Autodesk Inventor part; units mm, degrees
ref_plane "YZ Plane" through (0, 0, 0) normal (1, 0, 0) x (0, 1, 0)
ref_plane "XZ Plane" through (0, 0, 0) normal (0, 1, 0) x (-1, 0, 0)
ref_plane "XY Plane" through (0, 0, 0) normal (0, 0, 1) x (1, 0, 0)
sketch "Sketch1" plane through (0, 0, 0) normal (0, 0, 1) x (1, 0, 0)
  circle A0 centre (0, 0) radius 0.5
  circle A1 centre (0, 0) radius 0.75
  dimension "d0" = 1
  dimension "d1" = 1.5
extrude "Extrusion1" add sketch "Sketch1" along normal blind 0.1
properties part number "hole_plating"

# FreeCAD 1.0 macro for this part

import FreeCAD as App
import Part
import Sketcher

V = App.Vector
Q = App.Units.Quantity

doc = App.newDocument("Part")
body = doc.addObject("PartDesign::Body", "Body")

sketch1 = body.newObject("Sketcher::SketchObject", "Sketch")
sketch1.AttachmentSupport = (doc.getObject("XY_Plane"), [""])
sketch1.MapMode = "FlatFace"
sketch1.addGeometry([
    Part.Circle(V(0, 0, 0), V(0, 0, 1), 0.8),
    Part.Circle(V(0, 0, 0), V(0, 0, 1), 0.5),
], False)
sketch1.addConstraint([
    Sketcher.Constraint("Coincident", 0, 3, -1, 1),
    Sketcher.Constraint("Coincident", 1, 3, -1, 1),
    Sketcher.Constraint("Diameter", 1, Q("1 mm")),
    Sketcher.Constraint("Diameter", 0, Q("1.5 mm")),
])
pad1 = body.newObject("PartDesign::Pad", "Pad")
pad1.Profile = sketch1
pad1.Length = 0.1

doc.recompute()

• • • •

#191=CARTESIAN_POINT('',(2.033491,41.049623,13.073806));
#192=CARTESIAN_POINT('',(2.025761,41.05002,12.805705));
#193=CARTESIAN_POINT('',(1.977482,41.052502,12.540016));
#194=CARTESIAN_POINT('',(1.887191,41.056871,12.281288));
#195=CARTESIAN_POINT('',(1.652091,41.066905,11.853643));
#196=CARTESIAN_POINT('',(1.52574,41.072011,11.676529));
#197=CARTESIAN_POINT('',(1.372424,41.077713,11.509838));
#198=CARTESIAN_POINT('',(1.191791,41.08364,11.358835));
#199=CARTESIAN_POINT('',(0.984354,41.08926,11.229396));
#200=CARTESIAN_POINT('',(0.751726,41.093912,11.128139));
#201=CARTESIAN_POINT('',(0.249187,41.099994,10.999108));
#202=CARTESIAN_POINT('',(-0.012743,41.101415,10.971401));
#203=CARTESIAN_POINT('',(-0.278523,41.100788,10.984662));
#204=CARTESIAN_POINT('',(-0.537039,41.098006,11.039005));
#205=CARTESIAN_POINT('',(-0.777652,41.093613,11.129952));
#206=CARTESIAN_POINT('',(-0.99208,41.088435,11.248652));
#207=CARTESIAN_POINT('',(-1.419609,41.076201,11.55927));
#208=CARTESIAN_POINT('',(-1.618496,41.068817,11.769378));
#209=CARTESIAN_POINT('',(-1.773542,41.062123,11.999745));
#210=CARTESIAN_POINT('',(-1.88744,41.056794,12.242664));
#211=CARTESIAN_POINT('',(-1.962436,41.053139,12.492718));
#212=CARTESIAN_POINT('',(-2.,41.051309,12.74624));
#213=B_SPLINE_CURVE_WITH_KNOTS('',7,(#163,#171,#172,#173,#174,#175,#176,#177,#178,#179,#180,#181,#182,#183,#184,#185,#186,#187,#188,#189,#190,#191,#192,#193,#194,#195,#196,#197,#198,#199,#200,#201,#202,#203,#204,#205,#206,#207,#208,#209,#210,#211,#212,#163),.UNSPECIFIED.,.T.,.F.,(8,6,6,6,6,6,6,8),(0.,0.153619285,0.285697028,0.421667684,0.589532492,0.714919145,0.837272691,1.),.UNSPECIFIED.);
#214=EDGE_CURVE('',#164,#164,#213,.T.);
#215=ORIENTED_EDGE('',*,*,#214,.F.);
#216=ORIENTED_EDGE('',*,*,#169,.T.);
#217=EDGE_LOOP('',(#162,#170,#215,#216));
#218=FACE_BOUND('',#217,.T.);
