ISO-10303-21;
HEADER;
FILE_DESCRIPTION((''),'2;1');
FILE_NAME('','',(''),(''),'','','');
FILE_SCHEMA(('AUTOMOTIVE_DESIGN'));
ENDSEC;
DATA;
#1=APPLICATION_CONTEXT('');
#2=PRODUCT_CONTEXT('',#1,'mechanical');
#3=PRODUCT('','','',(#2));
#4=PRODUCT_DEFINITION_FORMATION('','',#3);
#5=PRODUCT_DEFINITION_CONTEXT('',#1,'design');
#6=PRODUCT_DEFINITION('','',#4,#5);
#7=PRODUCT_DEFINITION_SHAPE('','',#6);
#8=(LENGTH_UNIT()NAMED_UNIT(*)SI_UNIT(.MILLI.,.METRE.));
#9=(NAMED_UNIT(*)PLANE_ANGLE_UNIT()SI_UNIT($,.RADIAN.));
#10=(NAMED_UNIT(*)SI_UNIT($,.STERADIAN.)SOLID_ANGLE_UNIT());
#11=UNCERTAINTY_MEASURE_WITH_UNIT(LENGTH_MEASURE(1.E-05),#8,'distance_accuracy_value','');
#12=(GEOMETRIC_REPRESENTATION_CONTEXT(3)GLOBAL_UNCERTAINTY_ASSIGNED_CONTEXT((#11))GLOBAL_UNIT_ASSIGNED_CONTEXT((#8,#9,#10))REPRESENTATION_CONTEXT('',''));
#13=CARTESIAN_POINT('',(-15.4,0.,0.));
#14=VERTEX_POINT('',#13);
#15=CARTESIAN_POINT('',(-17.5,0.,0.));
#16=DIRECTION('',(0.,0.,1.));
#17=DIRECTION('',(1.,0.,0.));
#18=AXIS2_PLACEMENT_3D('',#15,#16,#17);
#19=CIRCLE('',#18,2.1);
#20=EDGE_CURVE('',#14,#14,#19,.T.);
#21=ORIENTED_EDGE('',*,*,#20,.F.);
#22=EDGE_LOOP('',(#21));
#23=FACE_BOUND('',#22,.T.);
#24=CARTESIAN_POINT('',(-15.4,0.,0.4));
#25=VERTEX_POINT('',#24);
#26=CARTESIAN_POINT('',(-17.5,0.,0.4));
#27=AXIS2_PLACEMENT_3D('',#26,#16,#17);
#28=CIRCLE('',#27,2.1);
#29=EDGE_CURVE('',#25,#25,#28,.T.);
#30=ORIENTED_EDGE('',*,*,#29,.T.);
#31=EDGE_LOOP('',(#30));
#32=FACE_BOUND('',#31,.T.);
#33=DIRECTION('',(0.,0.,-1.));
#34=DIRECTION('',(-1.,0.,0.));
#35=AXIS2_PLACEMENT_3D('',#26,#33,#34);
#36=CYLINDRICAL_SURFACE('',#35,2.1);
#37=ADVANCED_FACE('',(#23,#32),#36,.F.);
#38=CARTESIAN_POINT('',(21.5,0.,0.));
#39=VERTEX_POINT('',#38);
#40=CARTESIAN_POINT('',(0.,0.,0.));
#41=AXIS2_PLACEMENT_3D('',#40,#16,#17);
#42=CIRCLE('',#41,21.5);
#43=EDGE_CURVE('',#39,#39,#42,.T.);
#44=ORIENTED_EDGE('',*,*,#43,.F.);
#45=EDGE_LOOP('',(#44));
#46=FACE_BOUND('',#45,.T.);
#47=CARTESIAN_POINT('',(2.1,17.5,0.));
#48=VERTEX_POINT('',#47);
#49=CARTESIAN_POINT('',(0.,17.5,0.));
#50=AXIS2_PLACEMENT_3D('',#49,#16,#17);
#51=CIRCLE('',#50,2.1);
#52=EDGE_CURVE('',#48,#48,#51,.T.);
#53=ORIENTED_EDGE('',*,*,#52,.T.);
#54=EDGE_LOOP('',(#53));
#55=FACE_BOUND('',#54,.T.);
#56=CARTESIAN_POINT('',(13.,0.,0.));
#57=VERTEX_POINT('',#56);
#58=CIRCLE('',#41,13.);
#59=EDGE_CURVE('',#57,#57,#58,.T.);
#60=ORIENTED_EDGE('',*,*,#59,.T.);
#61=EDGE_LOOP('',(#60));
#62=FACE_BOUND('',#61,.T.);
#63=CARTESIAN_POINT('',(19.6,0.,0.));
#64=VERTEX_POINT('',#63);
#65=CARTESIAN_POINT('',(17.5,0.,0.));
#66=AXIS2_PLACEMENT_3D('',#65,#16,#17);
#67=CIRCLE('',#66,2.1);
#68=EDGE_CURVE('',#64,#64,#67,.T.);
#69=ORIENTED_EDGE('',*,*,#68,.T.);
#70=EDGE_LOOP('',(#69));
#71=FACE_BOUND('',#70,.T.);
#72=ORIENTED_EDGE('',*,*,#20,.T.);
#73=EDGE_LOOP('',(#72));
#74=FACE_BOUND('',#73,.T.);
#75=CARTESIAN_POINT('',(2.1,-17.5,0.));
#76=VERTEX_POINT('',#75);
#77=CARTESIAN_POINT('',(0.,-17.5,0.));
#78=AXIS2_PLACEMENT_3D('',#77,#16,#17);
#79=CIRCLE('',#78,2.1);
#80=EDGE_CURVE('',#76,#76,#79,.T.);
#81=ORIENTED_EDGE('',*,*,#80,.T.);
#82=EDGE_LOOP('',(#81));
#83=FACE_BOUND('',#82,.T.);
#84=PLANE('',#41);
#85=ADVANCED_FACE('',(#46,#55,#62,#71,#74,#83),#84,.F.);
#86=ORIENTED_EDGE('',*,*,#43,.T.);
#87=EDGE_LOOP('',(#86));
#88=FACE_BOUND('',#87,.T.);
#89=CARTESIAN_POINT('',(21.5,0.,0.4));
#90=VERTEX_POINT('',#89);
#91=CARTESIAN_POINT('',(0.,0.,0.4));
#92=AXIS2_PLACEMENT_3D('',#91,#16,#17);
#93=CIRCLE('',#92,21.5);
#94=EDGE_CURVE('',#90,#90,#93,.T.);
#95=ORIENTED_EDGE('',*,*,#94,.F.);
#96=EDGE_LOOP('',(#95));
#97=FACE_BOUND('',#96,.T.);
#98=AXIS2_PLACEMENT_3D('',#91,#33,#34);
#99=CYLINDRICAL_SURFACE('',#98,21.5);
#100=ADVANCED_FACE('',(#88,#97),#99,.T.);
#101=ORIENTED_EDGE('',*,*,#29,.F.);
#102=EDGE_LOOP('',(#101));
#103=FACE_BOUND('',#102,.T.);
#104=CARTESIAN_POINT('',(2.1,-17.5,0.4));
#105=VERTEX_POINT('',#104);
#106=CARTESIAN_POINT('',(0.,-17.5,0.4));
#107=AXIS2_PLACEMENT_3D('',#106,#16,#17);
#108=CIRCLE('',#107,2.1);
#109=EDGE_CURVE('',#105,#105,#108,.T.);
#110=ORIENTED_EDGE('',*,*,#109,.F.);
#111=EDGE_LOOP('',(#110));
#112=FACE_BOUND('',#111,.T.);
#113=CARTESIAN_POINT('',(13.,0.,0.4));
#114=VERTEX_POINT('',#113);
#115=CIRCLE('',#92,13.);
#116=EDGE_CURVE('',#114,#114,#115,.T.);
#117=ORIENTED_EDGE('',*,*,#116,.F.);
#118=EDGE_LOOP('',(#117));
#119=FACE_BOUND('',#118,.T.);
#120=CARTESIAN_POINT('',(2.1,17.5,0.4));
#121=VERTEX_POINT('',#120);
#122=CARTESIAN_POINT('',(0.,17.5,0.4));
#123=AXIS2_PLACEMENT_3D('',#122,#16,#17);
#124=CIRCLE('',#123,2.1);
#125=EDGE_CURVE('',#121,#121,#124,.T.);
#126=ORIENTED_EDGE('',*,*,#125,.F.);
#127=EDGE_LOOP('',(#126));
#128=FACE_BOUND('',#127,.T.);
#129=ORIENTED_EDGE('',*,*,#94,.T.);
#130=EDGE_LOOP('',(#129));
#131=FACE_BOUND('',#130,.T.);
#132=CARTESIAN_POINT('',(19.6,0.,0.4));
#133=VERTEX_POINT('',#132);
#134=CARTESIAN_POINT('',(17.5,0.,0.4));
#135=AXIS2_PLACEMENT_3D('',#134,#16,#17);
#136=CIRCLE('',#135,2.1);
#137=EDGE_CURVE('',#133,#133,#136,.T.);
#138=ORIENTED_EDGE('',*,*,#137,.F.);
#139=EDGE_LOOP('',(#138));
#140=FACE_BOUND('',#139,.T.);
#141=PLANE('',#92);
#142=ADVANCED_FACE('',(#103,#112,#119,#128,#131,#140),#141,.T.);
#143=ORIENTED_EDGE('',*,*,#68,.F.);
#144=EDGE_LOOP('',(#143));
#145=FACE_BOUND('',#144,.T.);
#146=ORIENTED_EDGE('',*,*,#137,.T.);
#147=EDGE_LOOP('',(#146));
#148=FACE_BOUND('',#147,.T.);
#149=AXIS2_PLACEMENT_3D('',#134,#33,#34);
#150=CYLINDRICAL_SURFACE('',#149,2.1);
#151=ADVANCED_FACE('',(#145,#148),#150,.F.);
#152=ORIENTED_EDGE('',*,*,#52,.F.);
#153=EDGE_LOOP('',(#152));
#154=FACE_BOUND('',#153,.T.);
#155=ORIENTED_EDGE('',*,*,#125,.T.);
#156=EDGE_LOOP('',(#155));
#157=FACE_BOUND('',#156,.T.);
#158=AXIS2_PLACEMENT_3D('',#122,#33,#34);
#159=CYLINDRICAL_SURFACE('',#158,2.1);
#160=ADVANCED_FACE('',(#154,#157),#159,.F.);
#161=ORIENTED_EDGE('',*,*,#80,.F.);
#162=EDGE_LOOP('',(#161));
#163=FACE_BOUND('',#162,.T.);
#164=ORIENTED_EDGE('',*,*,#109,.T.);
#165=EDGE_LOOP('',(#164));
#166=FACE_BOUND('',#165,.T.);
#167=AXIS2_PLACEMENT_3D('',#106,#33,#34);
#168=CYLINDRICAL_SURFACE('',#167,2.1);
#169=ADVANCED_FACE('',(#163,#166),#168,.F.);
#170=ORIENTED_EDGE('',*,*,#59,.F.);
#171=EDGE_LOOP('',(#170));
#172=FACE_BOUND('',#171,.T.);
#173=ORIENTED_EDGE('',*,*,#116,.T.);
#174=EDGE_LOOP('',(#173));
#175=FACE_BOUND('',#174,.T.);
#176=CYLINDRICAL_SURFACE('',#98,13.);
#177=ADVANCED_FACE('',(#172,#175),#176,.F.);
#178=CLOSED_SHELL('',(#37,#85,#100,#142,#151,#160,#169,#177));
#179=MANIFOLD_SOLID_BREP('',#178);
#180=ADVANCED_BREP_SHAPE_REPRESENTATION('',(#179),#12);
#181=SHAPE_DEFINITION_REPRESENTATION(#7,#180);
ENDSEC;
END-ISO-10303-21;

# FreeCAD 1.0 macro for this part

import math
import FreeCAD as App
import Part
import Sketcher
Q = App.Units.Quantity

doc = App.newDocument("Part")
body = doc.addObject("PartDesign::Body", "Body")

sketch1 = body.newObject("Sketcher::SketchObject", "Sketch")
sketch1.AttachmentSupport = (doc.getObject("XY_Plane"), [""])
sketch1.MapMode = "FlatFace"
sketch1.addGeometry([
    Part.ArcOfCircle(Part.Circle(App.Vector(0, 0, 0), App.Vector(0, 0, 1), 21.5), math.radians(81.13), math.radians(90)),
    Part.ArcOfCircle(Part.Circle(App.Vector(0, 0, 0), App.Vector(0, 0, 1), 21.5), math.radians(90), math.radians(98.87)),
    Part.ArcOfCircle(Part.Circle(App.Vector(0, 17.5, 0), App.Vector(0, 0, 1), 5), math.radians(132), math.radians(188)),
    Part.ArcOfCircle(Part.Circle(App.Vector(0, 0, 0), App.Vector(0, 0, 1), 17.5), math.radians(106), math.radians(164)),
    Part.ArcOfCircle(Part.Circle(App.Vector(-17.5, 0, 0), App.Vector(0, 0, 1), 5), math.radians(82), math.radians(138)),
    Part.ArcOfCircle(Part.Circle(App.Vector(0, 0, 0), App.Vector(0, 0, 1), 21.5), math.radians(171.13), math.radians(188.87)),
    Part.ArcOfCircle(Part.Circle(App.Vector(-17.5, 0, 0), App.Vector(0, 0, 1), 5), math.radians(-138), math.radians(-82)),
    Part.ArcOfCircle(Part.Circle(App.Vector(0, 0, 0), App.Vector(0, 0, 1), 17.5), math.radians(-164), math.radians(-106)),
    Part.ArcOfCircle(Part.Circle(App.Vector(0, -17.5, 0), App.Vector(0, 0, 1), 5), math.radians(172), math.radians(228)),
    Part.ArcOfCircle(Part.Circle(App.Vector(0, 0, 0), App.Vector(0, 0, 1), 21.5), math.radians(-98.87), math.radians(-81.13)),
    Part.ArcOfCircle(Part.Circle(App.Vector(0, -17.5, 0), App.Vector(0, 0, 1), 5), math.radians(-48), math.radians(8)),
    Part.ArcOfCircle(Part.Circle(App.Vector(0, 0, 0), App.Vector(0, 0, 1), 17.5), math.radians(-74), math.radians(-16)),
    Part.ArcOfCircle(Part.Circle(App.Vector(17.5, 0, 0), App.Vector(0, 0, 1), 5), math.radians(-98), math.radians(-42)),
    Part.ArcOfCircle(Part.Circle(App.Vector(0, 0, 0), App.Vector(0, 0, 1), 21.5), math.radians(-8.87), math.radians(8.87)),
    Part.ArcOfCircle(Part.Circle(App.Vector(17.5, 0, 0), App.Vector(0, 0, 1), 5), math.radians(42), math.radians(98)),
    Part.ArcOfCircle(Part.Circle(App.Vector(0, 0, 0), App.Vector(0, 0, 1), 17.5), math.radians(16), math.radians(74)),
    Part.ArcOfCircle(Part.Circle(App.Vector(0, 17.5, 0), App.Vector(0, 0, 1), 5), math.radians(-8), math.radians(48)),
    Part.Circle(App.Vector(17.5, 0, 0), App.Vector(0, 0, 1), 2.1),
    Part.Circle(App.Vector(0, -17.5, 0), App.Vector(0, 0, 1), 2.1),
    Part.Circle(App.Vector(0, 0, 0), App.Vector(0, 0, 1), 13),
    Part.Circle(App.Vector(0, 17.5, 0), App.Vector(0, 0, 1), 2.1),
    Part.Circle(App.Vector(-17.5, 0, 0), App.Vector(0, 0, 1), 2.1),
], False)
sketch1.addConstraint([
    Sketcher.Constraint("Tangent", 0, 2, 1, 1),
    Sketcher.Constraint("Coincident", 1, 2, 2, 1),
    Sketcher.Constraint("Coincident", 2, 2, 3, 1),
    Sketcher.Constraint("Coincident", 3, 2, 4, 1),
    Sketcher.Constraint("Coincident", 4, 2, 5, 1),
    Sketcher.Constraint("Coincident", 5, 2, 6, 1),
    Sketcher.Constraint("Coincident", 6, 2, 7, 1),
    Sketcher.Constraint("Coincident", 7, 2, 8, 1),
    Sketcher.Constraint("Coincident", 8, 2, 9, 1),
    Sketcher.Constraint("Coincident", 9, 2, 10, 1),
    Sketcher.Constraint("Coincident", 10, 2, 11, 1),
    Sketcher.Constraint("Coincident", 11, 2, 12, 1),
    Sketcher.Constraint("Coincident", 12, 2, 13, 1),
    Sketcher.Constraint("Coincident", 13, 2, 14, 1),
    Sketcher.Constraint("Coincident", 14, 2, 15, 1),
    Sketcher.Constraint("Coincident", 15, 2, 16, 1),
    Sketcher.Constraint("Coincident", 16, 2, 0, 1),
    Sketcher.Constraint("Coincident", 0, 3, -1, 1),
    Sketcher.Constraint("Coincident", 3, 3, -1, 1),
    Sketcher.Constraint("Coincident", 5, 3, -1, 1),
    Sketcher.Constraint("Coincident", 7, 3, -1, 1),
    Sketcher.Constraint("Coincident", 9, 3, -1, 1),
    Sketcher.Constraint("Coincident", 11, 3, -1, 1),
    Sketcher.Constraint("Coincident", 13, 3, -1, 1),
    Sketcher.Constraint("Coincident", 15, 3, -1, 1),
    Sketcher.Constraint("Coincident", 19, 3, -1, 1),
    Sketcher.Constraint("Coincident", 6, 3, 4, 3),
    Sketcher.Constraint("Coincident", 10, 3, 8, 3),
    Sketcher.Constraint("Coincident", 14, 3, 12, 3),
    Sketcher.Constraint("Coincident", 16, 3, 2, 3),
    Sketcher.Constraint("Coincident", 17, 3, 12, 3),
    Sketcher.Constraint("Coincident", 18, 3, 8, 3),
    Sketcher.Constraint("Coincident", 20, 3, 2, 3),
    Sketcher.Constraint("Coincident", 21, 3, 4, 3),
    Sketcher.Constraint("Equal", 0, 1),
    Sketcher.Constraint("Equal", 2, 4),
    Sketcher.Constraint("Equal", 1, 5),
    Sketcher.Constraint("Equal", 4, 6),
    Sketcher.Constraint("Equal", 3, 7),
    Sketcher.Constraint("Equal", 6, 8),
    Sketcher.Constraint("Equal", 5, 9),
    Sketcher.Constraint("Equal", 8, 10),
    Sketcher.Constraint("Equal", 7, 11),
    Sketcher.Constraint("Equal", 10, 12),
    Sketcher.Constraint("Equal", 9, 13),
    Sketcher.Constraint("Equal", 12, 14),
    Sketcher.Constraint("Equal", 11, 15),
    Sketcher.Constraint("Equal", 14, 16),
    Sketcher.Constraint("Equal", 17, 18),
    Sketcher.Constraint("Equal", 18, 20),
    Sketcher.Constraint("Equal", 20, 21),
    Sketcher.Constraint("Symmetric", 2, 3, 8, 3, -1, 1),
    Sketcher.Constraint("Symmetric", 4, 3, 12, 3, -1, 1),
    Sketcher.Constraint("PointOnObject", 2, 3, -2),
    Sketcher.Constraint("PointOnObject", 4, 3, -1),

• • • •

> **PROBLEM**: If a line in the records above includes the string "radius", copy it.

> **ANSWER AREA**:
  circle A0 centre (0, 0) radius 0.5
  circle A1 centre (0, 0) radius 0.75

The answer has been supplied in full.